Start of Supplied material

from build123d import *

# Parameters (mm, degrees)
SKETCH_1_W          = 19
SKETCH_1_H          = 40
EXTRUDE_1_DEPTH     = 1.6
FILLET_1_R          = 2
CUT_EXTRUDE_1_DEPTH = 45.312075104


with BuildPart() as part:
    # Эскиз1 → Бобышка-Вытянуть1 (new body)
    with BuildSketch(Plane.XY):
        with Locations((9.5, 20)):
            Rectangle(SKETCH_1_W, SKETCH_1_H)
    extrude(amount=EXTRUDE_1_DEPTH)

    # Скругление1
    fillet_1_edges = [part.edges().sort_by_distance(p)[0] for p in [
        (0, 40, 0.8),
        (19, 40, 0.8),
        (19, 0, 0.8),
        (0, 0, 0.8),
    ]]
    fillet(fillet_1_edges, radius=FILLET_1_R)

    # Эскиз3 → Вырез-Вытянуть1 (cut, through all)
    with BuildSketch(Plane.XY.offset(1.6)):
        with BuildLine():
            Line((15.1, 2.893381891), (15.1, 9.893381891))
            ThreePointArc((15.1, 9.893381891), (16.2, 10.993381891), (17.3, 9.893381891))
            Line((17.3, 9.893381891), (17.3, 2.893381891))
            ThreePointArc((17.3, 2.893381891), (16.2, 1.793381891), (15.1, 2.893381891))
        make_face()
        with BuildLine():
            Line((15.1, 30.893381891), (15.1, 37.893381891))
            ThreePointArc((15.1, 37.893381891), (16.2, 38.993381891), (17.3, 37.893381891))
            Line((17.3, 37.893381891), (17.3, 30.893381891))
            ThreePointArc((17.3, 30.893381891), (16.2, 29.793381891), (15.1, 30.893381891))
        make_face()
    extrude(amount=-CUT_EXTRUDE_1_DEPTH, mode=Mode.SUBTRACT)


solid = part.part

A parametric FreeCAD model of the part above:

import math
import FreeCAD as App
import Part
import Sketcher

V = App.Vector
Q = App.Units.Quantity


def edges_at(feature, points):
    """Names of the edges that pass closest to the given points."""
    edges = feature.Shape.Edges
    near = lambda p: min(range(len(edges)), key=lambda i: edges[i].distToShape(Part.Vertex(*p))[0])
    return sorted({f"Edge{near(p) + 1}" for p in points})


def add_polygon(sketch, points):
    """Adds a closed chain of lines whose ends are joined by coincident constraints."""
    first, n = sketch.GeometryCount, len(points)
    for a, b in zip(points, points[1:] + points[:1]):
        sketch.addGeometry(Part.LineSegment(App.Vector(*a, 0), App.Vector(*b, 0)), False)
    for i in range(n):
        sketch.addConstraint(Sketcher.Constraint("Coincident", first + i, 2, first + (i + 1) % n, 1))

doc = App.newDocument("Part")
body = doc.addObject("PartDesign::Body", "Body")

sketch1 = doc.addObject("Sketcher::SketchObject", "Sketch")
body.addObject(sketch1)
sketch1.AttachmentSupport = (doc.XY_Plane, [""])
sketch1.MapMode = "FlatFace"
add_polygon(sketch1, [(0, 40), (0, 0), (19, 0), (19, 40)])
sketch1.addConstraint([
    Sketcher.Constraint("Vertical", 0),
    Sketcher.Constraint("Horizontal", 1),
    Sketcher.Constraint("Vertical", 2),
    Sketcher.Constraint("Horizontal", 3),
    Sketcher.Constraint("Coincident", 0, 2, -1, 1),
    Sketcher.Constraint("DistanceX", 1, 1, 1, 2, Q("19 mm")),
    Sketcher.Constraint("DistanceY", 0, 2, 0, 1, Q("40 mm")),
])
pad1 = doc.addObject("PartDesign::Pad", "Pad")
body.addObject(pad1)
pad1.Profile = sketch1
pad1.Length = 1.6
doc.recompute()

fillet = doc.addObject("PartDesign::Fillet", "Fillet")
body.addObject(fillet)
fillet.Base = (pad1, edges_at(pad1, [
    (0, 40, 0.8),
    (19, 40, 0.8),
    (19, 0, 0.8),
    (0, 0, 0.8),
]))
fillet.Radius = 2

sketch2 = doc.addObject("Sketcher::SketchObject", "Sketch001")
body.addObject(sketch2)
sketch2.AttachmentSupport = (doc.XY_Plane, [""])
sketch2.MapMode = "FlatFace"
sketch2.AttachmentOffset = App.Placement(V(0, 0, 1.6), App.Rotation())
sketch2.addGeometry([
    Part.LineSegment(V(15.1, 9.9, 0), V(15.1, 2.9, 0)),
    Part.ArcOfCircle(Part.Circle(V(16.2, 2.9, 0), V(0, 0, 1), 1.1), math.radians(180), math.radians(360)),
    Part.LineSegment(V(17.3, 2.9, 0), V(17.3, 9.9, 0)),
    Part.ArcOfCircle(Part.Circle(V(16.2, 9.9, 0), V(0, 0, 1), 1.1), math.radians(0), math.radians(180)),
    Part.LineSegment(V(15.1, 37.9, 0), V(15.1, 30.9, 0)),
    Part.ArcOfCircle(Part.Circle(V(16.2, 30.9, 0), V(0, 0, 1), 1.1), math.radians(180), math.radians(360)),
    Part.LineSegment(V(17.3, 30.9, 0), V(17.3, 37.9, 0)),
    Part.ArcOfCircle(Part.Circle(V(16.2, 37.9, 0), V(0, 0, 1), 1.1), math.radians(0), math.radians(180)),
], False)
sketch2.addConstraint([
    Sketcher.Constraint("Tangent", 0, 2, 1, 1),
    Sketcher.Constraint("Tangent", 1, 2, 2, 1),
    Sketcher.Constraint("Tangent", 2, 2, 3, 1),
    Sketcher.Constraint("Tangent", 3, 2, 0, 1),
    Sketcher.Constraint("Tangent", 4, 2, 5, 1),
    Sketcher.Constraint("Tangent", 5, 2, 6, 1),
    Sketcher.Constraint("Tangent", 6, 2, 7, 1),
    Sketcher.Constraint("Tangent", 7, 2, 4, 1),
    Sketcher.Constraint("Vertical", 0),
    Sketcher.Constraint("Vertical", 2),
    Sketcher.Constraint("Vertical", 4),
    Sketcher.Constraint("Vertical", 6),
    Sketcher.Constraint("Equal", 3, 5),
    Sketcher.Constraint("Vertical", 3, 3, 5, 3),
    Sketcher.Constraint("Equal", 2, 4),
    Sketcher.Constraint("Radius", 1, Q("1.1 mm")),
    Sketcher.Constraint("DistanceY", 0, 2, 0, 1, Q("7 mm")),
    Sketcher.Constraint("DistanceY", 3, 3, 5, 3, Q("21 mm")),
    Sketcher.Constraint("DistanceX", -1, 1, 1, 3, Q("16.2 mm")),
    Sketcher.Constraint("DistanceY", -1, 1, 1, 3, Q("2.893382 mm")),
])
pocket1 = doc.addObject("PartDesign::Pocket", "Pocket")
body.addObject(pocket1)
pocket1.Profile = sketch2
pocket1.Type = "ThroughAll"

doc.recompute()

End of Supplied material

**What is being asked**
Using the data above, transcribe the lines that run from the line with "extrude(amount=EXTRUDE_1_DEPTH)" to the line with "Line((15.1, 2.893381891), (15.1, 9.893381891))", both ends kept, and output nothing else.

**Response to the task**
    extrude(amount=EXTRUDE_1_DEPTH)

    # Скругление1
    fillet_1_edges = [part.edges().sort_by_distance(p)[0] for p in [
        (0, 40, 0.8),
        (19, 40, 0.8),
        (19, 0, 0.8),
        (0, 0, 0.8),
    ]]
    fillet(fillet_1_edges, radius=FILLET_1_R)

    # Эскиз3 → Вырез-Вытянуть1 (cut, through all)
    with BuildSketch(Plane.XY.offset(1.6)):
        with BuildLine():
            Line((15.1, 2.893381891), (15.1, 9.893381891))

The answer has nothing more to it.